- _What is needed_
Look through the records below for the line with "f 111 109 107". Return that line and each one after it up to and including the line with "f 249 245 231", exactly.

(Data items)

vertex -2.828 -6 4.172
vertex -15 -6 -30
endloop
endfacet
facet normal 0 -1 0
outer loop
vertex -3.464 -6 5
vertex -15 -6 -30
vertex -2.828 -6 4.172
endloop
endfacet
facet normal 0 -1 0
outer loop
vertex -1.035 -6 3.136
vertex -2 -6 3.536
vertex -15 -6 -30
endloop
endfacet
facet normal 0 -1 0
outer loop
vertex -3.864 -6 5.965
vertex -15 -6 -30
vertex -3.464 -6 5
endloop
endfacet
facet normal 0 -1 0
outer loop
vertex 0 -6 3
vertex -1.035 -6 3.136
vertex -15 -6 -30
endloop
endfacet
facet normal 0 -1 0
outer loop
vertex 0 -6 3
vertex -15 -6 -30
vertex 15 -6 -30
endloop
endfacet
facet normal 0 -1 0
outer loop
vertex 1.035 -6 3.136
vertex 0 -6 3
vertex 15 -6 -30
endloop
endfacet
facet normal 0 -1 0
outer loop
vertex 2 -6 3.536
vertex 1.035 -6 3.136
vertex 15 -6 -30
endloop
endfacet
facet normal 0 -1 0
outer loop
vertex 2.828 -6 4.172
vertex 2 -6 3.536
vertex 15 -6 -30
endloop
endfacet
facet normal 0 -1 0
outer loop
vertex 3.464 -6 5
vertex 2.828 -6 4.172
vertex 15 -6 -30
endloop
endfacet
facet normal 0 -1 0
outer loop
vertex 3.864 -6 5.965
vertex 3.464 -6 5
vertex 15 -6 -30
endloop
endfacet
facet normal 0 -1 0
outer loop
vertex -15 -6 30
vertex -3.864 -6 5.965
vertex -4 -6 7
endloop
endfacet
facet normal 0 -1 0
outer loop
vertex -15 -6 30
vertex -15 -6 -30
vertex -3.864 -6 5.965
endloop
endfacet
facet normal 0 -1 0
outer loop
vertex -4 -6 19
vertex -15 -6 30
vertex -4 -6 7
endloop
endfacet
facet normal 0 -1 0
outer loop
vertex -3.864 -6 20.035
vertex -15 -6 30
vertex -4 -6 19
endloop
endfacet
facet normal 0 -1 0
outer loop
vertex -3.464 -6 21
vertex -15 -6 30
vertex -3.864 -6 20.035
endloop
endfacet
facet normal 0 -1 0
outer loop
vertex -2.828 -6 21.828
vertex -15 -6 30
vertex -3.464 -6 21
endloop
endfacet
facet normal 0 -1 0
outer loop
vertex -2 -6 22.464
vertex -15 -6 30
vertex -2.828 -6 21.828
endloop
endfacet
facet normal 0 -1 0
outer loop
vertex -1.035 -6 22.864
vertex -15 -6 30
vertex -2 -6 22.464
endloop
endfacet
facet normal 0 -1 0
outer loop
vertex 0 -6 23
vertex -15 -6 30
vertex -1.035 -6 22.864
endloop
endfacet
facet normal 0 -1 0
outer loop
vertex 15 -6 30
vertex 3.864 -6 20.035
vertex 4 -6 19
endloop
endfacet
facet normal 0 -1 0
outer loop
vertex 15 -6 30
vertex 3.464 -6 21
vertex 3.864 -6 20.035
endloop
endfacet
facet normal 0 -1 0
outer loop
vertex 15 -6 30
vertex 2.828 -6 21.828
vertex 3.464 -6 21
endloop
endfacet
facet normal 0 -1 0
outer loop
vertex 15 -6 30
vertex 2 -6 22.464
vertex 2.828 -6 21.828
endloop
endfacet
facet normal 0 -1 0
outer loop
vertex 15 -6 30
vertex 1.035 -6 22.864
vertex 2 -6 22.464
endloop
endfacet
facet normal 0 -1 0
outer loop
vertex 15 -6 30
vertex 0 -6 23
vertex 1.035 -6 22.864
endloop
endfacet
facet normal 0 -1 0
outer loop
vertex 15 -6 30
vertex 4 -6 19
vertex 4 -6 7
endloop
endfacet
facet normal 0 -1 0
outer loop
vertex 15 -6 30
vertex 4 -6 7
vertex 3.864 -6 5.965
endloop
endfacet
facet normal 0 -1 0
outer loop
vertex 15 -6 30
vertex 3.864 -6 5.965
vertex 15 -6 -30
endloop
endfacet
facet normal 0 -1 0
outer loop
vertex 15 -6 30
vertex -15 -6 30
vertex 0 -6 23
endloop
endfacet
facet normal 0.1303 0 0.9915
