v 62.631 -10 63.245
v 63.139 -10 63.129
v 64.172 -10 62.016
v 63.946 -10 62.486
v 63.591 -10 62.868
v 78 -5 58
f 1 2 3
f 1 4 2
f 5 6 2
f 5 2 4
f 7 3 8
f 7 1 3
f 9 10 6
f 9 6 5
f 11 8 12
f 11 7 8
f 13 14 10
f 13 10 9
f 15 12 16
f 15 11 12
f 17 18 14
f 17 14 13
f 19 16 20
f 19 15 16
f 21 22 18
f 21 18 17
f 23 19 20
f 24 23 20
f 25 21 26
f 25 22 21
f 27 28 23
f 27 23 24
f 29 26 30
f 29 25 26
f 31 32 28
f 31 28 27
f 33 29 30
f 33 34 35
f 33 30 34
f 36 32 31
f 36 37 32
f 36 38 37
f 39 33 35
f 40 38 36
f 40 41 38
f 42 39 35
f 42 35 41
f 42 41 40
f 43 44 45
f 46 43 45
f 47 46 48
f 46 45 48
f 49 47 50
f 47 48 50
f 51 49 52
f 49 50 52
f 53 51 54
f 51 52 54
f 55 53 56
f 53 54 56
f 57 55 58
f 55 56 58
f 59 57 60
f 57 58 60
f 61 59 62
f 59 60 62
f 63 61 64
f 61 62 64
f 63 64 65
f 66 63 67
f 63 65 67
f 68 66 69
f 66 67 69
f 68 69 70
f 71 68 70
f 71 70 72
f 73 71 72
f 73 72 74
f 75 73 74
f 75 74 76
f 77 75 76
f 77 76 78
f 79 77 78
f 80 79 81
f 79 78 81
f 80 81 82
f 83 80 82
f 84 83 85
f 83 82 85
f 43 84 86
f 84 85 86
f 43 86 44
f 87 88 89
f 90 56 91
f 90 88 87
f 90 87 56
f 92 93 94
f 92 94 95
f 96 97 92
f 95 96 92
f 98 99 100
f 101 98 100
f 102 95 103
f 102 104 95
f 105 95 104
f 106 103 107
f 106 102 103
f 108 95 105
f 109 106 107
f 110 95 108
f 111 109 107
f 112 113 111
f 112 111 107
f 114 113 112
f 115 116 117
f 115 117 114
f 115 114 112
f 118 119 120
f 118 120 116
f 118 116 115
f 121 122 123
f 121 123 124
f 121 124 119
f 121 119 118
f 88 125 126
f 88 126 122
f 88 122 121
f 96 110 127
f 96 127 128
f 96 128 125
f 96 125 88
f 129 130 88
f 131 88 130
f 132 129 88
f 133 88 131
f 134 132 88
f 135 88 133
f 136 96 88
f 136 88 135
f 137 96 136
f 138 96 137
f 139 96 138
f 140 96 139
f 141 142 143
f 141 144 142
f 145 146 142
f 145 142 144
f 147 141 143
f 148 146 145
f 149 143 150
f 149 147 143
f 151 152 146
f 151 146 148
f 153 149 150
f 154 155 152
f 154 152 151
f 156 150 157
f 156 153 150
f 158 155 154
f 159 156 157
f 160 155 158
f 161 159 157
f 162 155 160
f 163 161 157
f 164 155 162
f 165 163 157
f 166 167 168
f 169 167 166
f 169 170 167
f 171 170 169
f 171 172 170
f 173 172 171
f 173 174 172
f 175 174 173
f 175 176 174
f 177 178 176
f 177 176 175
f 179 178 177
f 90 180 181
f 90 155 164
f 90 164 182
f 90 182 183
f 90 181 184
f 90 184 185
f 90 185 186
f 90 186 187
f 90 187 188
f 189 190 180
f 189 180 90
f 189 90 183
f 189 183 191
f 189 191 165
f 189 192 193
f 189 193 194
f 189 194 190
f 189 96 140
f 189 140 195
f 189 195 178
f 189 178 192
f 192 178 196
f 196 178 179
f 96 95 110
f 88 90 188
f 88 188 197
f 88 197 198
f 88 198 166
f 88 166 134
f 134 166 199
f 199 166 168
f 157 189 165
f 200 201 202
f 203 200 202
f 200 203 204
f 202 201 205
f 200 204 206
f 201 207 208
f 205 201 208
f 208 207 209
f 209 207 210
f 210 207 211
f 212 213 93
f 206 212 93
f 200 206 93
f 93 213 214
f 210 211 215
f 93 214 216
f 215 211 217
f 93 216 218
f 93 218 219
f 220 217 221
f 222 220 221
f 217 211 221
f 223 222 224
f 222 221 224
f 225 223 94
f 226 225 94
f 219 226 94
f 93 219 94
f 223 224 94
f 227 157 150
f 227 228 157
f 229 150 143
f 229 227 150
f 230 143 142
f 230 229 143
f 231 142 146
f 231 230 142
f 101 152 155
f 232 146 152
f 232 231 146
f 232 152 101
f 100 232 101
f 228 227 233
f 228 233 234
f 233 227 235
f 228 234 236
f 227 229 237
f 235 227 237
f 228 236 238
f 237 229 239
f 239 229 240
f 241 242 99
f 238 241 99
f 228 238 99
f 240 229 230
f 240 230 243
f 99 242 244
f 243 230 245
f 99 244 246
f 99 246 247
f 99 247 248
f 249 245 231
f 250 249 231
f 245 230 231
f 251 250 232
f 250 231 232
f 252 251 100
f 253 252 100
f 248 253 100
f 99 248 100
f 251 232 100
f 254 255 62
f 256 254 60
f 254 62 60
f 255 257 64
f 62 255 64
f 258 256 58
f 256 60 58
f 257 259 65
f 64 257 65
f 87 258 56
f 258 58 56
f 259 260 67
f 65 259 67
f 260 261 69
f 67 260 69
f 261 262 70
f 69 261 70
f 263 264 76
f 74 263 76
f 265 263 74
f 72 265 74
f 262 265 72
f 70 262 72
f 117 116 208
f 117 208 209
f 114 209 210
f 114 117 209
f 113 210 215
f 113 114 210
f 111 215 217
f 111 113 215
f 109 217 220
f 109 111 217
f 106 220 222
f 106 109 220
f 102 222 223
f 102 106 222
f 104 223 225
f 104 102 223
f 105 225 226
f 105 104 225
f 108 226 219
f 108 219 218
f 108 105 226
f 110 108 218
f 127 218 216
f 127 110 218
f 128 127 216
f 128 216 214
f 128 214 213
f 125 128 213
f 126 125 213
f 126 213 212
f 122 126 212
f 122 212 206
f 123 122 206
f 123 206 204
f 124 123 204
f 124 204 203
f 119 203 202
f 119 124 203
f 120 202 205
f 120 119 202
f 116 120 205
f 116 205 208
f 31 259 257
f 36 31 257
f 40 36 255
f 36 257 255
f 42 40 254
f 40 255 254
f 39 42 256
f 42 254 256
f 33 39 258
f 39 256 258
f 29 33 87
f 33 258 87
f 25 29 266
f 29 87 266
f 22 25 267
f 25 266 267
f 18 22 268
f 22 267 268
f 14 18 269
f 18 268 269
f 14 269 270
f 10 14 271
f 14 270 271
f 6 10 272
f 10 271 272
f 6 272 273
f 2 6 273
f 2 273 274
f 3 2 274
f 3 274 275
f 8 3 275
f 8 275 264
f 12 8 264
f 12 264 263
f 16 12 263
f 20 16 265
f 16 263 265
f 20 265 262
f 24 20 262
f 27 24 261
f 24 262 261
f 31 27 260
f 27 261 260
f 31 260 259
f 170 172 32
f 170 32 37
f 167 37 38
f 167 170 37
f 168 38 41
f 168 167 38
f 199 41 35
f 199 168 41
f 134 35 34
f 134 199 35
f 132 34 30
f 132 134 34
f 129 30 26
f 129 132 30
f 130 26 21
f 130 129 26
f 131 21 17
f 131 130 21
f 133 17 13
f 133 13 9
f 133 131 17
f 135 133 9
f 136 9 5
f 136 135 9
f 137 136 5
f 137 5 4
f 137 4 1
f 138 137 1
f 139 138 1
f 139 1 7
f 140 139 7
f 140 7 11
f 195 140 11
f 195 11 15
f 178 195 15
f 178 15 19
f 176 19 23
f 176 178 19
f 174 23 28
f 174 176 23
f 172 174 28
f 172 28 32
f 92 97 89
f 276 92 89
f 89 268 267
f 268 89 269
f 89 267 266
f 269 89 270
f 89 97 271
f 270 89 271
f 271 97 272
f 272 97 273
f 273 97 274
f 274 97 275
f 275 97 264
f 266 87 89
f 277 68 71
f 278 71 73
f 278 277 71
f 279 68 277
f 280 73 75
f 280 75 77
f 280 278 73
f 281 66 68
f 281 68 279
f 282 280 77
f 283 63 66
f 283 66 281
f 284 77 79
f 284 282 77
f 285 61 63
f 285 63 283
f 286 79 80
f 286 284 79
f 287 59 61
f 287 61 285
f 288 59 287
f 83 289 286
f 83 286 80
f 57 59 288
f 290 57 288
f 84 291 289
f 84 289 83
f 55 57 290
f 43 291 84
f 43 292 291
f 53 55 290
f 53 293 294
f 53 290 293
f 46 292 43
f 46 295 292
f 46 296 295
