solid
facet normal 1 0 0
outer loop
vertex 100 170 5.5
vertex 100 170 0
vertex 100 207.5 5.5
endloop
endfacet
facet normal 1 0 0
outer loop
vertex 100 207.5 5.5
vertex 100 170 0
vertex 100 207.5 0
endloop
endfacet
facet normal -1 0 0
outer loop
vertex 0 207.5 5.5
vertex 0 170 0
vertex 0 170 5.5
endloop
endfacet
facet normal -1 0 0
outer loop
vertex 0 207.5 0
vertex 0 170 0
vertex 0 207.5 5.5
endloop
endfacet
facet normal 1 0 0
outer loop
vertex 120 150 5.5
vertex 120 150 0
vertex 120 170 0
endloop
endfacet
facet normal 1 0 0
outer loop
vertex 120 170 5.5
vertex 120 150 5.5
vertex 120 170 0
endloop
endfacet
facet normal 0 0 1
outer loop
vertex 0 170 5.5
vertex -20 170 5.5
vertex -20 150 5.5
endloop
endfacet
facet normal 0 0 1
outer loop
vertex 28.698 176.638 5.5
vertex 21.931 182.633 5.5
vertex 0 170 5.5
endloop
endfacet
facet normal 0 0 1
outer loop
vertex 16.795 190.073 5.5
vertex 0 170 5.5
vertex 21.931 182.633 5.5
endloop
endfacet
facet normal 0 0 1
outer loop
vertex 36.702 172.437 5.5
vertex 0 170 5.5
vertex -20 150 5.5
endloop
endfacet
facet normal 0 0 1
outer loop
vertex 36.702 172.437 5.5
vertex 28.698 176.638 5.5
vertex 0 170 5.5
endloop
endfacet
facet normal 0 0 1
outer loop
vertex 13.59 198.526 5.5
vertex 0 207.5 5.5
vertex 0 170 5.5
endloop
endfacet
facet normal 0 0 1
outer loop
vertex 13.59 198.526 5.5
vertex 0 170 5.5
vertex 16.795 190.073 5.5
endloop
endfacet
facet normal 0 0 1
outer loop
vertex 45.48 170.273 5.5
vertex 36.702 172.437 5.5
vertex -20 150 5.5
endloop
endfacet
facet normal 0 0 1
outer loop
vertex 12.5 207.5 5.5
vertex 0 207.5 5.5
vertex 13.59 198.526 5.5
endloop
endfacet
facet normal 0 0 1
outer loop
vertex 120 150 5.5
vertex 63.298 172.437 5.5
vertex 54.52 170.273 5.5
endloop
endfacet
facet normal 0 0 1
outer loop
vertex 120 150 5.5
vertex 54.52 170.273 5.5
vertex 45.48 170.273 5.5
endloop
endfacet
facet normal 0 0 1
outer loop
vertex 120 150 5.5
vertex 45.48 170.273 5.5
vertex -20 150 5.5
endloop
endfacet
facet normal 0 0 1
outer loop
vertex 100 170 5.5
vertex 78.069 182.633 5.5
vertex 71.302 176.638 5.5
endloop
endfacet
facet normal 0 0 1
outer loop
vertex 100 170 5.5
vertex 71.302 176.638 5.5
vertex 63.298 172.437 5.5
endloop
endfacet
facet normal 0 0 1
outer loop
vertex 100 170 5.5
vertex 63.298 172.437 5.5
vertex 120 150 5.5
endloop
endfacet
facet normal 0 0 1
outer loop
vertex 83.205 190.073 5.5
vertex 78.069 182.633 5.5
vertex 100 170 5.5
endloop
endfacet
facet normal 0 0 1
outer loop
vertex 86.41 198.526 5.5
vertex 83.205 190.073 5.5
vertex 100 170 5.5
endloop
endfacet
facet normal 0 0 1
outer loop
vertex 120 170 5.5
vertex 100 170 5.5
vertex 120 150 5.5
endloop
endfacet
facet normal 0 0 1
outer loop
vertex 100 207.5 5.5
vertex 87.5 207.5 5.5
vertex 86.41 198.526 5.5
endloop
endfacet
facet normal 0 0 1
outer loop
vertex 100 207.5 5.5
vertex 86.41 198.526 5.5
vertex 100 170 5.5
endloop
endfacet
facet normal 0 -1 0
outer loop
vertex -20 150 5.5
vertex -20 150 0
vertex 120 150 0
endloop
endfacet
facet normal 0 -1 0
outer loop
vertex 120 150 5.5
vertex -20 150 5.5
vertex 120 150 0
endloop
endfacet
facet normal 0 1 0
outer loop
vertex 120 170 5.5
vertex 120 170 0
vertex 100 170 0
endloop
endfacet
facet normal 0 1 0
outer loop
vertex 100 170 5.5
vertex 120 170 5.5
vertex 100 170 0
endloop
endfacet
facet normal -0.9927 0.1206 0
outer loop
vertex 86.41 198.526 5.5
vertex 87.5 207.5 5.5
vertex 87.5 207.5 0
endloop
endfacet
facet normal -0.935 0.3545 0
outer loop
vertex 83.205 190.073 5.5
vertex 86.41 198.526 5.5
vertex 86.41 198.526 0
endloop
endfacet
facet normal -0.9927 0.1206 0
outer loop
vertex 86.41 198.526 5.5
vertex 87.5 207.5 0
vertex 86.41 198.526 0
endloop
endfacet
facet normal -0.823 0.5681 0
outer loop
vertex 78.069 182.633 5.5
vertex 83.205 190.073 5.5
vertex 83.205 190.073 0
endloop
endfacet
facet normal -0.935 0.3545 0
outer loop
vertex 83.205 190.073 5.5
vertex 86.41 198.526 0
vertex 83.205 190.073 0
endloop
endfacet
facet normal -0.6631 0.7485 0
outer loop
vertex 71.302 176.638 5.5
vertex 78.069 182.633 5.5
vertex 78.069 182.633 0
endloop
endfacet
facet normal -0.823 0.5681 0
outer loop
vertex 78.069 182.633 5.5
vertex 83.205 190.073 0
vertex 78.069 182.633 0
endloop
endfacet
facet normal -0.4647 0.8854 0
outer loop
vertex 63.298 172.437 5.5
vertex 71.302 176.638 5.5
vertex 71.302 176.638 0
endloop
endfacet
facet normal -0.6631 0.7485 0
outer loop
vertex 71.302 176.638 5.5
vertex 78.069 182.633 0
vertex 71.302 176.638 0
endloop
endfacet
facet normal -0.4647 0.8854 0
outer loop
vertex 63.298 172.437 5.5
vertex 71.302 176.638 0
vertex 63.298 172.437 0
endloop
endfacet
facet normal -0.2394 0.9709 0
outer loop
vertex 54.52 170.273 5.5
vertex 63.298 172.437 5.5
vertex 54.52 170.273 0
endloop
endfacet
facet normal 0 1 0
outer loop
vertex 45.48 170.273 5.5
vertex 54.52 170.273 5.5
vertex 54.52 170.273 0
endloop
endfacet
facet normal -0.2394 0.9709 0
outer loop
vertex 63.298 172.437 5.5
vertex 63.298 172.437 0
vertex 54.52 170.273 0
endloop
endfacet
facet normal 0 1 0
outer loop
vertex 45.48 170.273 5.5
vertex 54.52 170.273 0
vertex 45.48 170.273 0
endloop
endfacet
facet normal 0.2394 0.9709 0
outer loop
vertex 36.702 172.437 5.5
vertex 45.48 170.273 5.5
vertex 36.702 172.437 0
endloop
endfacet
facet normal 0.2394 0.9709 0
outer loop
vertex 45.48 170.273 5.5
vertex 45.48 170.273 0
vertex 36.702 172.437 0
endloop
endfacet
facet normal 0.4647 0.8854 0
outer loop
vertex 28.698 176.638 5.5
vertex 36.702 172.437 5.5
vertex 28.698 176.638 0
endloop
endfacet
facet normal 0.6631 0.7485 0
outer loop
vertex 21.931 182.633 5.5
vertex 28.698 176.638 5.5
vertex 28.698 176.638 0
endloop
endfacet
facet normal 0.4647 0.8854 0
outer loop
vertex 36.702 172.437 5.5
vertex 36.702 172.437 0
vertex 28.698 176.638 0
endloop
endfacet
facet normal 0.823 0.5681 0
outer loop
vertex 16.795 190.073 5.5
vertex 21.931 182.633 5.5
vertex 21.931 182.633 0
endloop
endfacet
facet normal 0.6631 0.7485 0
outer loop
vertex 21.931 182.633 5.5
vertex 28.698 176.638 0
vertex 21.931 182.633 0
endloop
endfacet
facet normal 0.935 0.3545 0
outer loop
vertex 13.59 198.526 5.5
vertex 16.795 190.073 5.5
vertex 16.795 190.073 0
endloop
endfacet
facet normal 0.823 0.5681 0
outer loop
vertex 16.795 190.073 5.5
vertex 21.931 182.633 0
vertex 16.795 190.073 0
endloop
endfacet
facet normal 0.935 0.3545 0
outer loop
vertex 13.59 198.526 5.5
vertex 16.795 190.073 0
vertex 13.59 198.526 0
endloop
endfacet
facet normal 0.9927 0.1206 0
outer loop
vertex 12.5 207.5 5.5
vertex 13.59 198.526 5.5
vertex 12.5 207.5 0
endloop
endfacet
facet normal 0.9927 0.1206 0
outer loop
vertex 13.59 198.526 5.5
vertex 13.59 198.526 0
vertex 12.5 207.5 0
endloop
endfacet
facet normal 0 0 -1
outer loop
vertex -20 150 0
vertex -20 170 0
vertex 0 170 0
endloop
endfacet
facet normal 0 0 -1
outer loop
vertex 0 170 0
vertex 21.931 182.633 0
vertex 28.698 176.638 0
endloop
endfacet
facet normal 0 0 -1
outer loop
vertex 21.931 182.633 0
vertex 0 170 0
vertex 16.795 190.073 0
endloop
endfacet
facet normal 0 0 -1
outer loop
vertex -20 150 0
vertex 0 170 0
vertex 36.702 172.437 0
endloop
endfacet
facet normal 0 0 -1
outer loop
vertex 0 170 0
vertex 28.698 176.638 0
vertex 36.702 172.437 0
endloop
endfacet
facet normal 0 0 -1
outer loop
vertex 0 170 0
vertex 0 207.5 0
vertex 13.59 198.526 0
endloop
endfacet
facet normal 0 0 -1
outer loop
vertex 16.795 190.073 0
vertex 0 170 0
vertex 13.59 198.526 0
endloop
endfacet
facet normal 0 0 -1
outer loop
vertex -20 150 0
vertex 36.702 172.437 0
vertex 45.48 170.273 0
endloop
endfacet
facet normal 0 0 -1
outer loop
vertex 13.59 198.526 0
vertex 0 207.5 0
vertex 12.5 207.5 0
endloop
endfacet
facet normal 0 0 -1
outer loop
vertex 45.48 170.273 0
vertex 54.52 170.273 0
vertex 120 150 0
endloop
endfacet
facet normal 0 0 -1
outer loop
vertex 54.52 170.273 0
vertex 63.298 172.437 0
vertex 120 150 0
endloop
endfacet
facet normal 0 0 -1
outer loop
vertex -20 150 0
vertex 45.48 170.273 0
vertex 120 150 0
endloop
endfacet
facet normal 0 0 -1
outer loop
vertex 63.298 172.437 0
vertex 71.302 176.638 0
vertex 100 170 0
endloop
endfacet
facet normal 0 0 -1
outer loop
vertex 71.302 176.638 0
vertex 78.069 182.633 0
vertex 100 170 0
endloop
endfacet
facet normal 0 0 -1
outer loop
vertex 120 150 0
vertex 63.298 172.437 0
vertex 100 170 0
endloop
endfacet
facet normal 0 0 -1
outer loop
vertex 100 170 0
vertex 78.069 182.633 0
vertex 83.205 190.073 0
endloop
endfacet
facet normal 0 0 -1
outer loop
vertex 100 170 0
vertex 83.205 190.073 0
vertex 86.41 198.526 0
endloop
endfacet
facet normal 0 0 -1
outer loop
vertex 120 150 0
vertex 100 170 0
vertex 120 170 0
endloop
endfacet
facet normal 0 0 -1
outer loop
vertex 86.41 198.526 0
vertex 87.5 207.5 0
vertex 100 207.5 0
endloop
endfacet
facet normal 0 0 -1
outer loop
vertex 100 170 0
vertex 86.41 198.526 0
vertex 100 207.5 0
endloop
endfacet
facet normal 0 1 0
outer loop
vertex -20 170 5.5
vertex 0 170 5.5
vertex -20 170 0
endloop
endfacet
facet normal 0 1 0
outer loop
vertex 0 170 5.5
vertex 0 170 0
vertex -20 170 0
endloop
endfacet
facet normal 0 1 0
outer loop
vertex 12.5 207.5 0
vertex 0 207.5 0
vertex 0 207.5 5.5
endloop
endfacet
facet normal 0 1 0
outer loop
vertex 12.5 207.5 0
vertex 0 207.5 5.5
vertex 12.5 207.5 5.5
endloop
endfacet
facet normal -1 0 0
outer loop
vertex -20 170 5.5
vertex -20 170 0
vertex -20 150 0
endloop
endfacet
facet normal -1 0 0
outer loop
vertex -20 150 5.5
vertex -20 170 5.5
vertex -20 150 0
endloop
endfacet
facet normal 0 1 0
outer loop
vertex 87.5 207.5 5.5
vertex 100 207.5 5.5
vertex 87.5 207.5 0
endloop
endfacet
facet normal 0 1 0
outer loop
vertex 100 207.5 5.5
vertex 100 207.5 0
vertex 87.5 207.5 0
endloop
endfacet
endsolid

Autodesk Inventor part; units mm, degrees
ref_plane "YZ Plane" through (0, 0, 0) normal (1, 0, 0) x (0, 1, 0)
ref_plane "XZ Plane" through (0, 0, 0) normal (0, 1, 0) x (-1, 0, 0)
ref_plane "XY Plane" through (0, 0, 0) normal (0, 0, 1) x (1, 0, 0)
sketch "Sketch1" plane through (0, 0, 0) normal (0, 0, 1) x (1, 0, 0)
  line L0 (0, 170) -> (100, 170)
  circle A0 centre (50, 207.5) radius 37.5
  line L1 (100, 150) -> (0, 150)
  line L2 (120, 170) -> (-20, 170)
  line L3 (100, 170) -> (100, 207.5)
  line L4 (100, 207.5) -> (87.5, 207.5)
  line L5 (0, 170) -> (0, 207.5)
  line L6 (0, 207.5) -> (12.5, 207.5)
  line L7 (-20, 170) -> (-20, 150)
  line L8 (-20, 150) -> (0, 150)
  line L9 (100, 150) -> (120, 150)
  line L10 (120, 150) -> (120, 170)
  point P0 (0, 0)
  dimension "d0" = 75
  dimension "d1" = 140
extrude "Extrusion1" add sketch "Sketch1" along normal blind 5.5 contours L5 L6 A0 L0 | L0 L2 L10 L9 L1 L8 L7 | A0 L4 L3 L0
properties part number "anillo5"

- _Task output_
f 111 109 107
f 112 113 111
f 112 111 107
f 114 113 112
f 115 116 117
f 115 117 114
f 115 114 112
f 118 119 120
f 118 120 116
f 118 116 115
f 121 122 123
f 121 123 124
f 121 124 119
f 121 119 118
f 88 125 126
f 88 126 122
f 88 122 121
f 96 110 127
f 96 127 128
f 96 128 125
f 96 125 88
f 129 130 88
f 131 88 130
f 132 129 88
f 133 88 131
f 134 132 88
f 135 88 133
f 136 96 88
f 136 88 135
f 137 96 136
f 138 96 137
f 139 96 138
f 140 96 139
f 141 142 143
f 141 144 142
f 145 146 142
f 145 142 144
f 147 141 143
f 148 146 145
f 149 143 150
f 149 147 143
f 151 152 146
f 151 146 148
f 153 149 150
f 154 155 152
f 154 152 151
f 156 150 157
f 156 153 150
f 158 155 154
f 159 156 157
f 160 155 158
f 161 159 157
f 162 155 160
f 163 161 157
f 164 155 162
f 165 163 157
f 166 167 168
f 169 167 166
f 169 170 167
f 171 170 169
f 171 172 170
f 173 172 171
f 173 174 172
f 175 174 173
f 175 176 174
f 177 178 176
f 177 176 175
f 179 178 177
f 90 180 181
f 90 155 164
f 90 164 182
f 90 182 183
f 90 181 184
f 90 184 185
f 90 185 186
f 90 186 187
f 90 187 188
f 189 190 180
f 189 180 90
f 189 90 183
f 189 183 191
f 189 191 165
f 189 192 193
f 189 193 194
f 189 194 190
f 189 96 140
f 189 140 195
f 189 195 178
f 189 178 192
f 192 178 196
f 196 178 179
f 96 95 110
f 88 90 188
f 88 188 197
f 88 197 198
f 88 198 166
f 88 166 134
f 134 166 199
f 199 166 168
f 157 189 165
f 200 201 202
f 203 200 202
f 200 203 204
f 202 201 205
f 200 204 206
f 201 207 208
f 205 201 208
f 208 207 209
f 209 207 210
f 210 207 211
f 212 213 93
f 206 212 93
f 200 206 93
f 93 213 214
f 210 211 215
f 93 214 216
f 215 211 217
f 93 216 218
f 93 218 219
f 220 217 221
f 222 220 221
f 217 211 221
f 223 222 224
f 222 221 224
f 225 223 94
f 226 225 94
f 219 226 94
f 93 219 94
f 223 224 94
f 227 157 150
f 227 228 157
f 229 150 143
f 229 227 150
f 230 143 142
f 230 229 143
f 231 142 146
f 231 230 142
f 101 152 155
f 232 146 152
f 232 231 146
f 232 152 101
f 100 232 101
f 228 227 233
f 228 233 234
f 233 227 235
f 228 234 236
f 227 229 237
f 235 227 237
f 228 236 238
f 237 229 239
f 239 229 240
f 241 242 99
f 238 241 99
f 228 238 99
f 240 229 230
f 240 230 243
f 99 242 244
f 243 230 245
f 99 244 246
f 99 246 247
f 99 247 248
f 249 245 231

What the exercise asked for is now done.